### [Instructions to follow]
First find the line with "v 60.135 13.062 50" in the entries below, then set down exactly every line through the line with "v 85.776 14.348 50", that line included.

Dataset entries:
= Beginning of Section =

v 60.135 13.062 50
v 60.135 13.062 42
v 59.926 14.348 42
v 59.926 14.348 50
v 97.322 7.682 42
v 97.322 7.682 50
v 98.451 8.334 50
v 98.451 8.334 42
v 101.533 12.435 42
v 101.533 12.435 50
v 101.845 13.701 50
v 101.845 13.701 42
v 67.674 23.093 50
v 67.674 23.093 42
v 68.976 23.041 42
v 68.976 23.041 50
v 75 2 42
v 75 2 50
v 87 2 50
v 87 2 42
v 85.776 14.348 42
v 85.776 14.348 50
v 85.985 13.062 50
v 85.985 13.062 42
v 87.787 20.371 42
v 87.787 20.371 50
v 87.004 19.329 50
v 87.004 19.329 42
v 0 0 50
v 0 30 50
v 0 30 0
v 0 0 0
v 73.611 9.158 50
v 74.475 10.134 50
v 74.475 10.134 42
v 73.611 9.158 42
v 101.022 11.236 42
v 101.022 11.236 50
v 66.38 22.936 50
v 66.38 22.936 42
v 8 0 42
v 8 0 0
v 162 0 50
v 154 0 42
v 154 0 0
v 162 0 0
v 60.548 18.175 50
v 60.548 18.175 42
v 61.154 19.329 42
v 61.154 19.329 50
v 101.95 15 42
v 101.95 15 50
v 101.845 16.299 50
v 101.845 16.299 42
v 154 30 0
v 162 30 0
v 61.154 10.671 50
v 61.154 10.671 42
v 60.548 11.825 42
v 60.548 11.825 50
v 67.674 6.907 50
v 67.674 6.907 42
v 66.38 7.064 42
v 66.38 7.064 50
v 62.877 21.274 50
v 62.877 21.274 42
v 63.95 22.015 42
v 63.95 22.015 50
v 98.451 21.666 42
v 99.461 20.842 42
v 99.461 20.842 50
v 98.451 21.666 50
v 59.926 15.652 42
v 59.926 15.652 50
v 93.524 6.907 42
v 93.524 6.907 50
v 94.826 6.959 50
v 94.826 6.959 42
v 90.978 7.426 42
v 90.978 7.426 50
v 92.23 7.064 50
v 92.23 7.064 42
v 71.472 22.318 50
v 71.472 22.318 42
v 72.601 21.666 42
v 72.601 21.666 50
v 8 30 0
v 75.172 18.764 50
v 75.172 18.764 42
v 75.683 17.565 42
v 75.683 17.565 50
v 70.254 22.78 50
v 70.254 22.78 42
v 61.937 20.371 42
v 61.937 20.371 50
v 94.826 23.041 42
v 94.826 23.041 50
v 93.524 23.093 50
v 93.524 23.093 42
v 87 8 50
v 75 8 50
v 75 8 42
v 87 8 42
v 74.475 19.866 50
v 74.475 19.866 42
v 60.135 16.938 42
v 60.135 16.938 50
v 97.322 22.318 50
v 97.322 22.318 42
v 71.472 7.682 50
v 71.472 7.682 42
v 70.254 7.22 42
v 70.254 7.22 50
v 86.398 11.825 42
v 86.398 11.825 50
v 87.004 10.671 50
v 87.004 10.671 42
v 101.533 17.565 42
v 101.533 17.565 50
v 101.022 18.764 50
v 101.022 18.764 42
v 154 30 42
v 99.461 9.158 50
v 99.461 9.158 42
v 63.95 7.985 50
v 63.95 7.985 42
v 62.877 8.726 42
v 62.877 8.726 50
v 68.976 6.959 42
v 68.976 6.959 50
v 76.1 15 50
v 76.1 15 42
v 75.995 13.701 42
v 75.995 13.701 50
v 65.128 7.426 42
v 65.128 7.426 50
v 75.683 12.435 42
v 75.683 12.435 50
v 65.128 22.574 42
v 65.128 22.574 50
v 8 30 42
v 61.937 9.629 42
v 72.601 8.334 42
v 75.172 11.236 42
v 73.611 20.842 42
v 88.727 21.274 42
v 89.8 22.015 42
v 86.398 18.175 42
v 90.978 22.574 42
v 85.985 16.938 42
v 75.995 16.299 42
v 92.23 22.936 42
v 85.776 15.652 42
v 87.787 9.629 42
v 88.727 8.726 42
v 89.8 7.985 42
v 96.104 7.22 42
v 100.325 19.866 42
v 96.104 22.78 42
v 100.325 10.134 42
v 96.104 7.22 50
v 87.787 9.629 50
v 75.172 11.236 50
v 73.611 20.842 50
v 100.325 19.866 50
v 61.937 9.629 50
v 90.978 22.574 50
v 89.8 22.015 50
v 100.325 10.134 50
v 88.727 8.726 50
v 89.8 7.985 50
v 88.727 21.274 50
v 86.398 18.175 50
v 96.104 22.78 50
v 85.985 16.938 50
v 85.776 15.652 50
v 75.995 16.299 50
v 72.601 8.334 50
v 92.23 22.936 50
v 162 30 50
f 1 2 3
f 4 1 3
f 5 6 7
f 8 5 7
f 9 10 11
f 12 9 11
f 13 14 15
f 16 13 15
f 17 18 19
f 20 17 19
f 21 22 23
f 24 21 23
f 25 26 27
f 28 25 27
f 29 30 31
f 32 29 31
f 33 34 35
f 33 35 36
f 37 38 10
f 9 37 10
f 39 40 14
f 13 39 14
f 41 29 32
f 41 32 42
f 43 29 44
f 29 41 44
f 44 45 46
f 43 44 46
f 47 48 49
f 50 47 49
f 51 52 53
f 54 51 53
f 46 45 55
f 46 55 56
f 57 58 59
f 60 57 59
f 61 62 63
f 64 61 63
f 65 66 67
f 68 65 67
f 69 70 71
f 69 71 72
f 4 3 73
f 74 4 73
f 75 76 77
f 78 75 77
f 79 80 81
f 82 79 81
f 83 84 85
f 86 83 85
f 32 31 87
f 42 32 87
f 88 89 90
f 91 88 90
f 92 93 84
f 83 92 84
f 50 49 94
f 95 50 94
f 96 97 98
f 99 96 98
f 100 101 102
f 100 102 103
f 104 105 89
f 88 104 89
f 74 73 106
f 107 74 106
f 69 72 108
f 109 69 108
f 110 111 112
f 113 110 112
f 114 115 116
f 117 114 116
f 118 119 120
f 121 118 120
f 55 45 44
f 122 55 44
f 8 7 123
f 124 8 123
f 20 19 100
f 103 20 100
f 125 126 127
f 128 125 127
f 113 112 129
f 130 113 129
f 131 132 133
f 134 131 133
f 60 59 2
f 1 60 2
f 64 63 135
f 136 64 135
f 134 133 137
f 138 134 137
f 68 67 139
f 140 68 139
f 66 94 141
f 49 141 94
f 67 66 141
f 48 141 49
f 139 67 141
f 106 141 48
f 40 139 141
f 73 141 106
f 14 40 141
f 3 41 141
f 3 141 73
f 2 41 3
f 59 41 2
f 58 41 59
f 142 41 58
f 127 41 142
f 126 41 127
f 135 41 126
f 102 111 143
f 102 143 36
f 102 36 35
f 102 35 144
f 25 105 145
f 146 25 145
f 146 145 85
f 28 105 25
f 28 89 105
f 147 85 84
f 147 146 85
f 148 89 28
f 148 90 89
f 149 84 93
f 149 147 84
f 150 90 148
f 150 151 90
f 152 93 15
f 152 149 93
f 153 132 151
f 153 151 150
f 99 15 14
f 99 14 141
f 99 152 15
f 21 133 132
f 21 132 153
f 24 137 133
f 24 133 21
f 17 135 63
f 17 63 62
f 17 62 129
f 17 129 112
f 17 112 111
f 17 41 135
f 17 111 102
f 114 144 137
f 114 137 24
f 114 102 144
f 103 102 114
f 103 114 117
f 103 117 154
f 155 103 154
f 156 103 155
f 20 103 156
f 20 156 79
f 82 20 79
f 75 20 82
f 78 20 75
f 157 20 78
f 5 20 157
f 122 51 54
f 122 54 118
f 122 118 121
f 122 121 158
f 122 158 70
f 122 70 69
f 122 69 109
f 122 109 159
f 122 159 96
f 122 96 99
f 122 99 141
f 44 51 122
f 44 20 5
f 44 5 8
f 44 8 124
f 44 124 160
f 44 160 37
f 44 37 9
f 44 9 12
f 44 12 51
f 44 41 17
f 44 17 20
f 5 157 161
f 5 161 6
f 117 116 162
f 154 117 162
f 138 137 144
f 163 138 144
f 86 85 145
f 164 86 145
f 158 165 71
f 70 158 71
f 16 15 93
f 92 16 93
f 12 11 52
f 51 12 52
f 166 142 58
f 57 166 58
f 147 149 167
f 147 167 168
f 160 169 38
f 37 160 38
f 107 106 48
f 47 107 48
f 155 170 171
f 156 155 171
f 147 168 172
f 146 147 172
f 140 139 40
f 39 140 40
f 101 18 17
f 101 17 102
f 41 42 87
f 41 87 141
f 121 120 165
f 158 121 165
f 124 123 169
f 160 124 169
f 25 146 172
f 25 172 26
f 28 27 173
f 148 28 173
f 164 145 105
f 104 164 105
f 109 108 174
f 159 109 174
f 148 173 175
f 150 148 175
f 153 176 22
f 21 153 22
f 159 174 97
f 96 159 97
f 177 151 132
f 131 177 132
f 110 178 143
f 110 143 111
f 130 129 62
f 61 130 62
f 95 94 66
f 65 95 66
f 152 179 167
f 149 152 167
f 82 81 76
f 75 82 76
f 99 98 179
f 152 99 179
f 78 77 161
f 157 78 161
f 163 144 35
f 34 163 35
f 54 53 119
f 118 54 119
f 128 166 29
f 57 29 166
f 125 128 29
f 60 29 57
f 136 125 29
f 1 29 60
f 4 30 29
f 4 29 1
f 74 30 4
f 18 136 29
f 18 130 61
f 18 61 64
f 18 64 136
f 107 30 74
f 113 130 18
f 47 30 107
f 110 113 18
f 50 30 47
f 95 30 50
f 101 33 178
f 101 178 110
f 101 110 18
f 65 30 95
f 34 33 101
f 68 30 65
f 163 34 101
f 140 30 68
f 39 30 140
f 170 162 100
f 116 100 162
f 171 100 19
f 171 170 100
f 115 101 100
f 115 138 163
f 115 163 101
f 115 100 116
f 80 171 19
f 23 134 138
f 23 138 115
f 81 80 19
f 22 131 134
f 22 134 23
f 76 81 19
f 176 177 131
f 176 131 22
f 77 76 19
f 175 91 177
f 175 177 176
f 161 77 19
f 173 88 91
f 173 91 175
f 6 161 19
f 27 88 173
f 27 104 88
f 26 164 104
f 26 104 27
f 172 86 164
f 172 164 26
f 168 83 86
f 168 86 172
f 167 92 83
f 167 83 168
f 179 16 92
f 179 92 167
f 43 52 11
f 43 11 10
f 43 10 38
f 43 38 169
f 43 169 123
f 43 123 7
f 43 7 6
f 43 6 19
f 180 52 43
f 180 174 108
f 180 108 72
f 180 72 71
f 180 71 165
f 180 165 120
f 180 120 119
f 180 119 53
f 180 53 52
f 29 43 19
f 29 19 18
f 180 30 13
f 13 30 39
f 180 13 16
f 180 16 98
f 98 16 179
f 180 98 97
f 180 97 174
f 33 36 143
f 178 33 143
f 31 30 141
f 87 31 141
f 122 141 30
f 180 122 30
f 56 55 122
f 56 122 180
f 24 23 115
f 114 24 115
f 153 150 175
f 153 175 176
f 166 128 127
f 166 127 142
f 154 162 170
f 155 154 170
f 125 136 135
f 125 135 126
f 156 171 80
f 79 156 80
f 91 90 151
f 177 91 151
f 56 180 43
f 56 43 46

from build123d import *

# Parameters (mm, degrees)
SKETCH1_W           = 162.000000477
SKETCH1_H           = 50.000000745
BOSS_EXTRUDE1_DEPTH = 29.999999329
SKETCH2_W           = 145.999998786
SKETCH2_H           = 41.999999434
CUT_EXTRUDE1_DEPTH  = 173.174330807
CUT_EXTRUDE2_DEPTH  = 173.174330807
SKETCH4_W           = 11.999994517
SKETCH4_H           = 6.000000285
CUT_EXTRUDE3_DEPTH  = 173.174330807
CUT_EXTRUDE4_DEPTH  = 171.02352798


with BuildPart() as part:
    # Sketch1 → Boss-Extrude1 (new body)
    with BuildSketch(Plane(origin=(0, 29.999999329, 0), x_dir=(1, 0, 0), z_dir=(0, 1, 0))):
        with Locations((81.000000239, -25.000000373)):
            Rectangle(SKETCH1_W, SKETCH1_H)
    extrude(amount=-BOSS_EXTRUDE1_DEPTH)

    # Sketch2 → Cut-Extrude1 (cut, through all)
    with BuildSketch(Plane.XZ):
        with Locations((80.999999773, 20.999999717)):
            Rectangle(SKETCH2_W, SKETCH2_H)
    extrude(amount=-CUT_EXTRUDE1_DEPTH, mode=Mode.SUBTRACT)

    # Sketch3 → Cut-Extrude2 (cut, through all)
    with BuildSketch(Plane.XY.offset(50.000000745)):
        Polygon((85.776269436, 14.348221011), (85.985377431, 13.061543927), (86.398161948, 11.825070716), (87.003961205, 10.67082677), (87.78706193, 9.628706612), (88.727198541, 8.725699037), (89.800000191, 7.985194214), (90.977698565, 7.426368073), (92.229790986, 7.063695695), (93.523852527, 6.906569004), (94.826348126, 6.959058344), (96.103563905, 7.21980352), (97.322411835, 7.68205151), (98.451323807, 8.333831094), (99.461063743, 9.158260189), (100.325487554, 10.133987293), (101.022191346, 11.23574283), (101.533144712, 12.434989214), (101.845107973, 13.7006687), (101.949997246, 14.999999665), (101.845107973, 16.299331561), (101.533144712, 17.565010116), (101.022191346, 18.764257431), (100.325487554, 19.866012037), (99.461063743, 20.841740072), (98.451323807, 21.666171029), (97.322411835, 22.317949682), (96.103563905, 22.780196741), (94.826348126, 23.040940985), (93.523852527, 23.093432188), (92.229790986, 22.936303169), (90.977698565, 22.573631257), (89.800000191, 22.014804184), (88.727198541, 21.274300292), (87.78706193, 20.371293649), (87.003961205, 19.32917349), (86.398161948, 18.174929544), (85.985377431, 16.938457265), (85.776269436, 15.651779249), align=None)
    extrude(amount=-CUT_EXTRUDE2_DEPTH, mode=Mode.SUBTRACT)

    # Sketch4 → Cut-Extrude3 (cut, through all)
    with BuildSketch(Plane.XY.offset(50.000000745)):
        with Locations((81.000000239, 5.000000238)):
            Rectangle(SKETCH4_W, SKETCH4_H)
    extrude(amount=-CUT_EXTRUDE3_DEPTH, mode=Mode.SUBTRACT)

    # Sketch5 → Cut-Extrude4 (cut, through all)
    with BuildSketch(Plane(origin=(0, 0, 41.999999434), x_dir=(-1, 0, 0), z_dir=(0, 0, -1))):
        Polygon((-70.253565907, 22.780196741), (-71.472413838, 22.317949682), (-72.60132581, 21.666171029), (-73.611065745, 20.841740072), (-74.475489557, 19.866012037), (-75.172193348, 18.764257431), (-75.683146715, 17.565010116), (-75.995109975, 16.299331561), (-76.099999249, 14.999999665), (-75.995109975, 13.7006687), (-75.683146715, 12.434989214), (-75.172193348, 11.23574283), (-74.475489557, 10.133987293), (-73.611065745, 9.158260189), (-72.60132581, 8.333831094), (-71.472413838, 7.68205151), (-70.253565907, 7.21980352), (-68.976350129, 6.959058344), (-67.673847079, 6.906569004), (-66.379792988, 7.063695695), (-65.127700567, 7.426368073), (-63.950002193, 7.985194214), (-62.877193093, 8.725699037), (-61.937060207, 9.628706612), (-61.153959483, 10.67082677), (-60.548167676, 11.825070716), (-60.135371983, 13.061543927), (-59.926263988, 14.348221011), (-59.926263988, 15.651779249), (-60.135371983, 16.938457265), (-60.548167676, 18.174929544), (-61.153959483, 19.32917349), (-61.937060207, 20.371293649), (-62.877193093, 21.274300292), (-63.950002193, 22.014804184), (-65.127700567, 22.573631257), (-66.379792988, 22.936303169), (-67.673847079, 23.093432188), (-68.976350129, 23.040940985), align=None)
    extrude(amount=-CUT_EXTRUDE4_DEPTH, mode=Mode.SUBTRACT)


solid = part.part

= End of Section =
= Beginning of Section =

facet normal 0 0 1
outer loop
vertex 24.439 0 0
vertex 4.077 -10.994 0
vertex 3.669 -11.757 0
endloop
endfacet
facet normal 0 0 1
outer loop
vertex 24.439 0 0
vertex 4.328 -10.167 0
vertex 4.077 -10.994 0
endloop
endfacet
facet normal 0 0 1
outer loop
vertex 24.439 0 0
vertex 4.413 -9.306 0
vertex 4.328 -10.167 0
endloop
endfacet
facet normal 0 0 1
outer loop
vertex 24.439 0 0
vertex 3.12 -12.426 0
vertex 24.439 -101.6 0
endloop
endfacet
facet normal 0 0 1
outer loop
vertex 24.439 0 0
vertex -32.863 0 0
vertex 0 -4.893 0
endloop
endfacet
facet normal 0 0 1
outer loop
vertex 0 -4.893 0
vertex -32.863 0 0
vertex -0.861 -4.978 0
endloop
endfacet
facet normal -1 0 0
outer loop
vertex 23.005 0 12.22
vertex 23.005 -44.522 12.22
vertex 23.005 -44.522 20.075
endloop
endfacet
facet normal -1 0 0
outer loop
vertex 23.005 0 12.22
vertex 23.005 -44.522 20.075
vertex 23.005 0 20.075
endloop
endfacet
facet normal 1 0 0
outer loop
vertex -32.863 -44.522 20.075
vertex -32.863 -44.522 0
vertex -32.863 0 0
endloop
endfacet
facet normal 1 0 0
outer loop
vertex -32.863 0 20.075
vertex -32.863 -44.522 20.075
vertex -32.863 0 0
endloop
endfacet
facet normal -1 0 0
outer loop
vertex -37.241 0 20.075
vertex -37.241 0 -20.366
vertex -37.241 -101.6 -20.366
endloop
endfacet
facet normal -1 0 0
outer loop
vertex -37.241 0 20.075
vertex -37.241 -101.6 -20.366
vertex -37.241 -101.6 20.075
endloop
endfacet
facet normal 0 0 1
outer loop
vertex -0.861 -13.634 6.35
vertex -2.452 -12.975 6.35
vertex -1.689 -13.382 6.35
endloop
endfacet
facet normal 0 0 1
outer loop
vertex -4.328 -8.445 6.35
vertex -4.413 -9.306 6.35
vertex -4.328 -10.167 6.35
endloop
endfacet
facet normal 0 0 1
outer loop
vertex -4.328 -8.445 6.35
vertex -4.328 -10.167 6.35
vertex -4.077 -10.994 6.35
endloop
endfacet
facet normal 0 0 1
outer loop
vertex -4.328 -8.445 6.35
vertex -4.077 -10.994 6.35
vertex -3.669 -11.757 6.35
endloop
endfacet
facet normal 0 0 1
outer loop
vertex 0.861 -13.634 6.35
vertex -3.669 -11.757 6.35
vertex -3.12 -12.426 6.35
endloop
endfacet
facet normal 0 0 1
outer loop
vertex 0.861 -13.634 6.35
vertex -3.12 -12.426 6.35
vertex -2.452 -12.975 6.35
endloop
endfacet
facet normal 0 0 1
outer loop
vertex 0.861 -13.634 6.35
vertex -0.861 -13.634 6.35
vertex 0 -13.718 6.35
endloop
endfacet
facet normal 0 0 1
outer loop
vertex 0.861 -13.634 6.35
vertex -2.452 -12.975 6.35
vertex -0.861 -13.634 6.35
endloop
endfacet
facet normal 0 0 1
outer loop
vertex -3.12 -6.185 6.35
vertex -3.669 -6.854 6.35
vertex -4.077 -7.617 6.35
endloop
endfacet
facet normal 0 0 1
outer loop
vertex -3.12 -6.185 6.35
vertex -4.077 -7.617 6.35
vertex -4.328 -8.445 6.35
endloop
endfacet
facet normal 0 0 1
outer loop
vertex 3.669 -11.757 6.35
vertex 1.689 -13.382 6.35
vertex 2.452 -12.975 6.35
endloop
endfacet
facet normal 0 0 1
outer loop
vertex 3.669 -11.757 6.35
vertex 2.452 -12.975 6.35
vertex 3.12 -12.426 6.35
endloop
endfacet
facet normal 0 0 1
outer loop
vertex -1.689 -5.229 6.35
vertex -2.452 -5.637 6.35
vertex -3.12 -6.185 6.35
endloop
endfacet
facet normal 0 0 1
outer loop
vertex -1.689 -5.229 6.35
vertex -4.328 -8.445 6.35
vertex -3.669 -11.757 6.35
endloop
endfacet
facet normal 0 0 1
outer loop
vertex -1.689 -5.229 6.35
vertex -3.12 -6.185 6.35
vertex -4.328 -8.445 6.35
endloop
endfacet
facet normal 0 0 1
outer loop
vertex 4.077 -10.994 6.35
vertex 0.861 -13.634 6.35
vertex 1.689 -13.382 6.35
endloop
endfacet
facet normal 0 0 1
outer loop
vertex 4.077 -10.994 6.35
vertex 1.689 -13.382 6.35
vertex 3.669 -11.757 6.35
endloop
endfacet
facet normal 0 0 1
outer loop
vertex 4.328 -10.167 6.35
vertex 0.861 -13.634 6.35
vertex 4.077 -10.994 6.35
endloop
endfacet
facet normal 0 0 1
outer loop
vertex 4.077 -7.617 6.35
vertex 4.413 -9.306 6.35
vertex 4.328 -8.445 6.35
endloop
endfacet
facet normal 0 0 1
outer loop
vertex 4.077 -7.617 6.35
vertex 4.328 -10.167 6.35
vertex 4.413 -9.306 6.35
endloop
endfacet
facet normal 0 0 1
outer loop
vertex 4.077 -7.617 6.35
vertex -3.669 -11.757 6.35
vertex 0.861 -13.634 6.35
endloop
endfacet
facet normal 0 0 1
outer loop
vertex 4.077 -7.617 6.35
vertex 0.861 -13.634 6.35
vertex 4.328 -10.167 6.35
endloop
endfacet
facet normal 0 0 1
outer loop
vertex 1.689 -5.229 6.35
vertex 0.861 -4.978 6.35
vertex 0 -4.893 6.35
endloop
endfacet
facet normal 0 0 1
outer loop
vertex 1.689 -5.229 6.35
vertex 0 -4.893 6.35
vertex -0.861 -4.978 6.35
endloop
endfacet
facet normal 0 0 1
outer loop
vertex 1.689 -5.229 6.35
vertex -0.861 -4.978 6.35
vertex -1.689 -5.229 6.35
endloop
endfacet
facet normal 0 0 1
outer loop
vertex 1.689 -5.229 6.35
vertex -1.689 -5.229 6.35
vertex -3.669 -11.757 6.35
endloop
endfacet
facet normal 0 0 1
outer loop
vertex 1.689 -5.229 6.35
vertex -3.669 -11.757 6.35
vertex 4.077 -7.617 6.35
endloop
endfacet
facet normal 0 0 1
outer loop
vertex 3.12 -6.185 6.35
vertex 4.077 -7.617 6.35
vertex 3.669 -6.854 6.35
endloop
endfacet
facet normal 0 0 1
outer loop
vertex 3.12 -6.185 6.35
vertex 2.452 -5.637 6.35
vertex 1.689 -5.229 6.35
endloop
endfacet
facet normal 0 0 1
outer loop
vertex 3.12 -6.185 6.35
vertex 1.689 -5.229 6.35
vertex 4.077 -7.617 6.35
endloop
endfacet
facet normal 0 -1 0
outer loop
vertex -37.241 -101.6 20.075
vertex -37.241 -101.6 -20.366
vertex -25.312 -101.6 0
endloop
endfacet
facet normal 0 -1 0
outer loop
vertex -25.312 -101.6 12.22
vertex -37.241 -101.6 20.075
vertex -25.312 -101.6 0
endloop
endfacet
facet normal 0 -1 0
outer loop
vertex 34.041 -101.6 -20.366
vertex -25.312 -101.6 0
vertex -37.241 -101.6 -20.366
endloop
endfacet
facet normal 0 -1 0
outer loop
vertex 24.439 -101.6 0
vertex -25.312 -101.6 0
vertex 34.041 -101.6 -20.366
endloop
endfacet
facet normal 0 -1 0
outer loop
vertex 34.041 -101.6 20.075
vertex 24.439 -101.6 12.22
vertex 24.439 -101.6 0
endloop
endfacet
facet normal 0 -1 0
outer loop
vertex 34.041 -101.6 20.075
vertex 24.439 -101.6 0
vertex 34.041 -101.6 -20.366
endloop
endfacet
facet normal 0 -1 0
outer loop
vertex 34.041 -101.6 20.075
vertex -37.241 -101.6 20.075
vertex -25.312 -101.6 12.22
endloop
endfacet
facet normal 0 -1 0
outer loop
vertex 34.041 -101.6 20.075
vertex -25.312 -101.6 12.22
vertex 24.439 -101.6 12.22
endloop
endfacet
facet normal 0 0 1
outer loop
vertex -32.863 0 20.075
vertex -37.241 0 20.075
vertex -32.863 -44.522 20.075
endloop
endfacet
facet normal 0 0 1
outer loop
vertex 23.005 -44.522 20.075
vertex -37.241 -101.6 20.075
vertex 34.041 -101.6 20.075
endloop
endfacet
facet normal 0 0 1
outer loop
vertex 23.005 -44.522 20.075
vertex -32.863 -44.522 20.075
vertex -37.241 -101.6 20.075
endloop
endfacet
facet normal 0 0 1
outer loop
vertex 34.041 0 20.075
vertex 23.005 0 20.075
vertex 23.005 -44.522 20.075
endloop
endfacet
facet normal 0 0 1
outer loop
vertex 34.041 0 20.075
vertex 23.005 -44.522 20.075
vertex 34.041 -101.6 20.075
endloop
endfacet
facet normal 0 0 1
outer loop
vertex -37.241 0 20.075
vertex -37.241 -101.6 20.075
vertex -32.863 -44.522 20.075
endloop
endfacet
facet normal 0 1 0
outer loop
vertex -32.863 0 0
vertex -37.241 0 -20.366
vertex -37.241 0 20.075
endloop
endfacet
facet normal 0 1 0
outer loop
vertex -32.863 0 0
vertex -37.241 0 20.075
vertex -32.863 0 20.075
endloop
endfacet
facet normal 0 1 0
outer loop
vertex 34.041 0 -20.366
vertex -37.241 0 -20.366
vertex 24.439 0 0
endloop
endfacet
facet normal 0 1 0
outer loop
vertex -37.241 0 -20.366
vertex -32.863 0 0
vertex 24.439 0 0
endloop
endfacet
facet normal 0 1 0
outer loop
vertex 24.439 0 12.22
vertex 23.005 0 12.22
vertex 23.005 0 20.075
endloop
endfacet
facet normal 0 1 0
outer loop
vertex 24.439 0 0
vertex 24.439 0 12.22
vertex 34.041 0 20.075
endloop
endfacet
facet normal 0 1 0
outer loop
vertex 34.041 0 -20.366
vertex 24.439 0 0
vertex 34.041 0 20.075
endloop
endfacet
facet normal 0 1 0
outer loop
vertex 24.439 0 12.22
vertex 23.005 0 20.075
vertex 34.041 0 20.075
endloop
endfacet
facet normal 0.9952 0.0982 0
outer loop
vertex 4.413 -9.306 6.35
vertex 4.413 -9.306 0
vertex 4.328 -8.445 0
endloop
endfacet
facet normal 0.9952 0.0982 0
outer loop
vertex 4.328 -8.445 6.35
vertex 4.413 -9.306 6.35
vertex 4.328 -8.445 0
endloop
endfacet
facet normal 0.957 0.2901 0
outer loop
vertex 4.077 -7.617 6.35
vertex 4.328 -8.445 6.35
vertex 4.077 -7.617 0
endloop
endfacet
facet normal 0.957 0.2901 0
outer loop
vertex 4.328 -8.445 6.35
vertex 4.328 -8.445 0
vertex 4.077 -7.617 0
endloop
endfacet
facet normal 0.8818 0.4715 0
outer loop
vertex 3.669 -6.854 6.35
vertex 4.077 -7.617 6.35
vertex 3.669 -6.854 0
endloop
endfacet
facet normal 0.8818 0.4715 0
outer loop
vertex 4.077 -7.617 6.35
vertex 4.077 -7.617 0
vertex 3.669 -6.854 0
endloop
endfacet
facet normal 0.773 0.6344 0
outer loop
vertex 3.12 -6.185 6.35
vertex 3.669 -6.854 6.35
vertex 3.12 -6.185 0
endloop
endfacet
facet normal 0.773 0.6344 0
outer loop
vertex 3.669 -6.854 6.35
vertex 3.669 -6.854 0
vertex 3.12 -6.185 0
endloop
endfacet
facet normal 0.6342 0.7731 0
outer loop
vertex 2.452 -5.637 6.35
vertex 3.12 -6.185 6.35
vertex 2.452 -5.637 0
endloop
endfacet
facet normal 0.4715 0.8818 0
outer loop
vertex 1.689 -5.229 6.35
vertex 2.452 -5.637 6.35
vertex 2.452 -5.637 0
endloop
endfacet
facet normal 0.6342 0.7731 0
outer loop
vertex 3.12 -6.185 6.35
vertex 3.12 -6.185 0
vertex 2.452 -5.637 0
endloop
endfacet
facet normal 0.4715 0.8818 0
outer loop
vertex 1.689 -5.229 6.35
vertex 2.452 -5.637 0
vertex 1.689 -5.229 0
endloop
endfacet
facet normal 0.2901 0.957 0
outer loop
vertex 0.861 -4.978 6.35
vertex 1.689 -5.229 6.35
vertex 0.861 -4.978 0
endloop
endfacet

= End of Section =

### [Answer area]
v 60.135 13.062 50
v 60.135 13.062 42
v 59.926 14.348 42
v 59.926 14.348 50
v 97.322 7.682 42
v 97.322 7.682 50
v 98.451 8.334 50
v 98.451 8.334 42
v 101.533 12.435 42
v 101.533 12.435 50
v 101.845 13.701 50
v 101.845 13.701 42
v 67.674 23.093 50
v 67.674 23.093 42
v 68.976 23.041 42
v 68.976 23.041 50
v 75 2 42
v 75 2 50
v 87 2 50
v 87 2 42
v 85.776 14.348 42
v 85.776 14.348 50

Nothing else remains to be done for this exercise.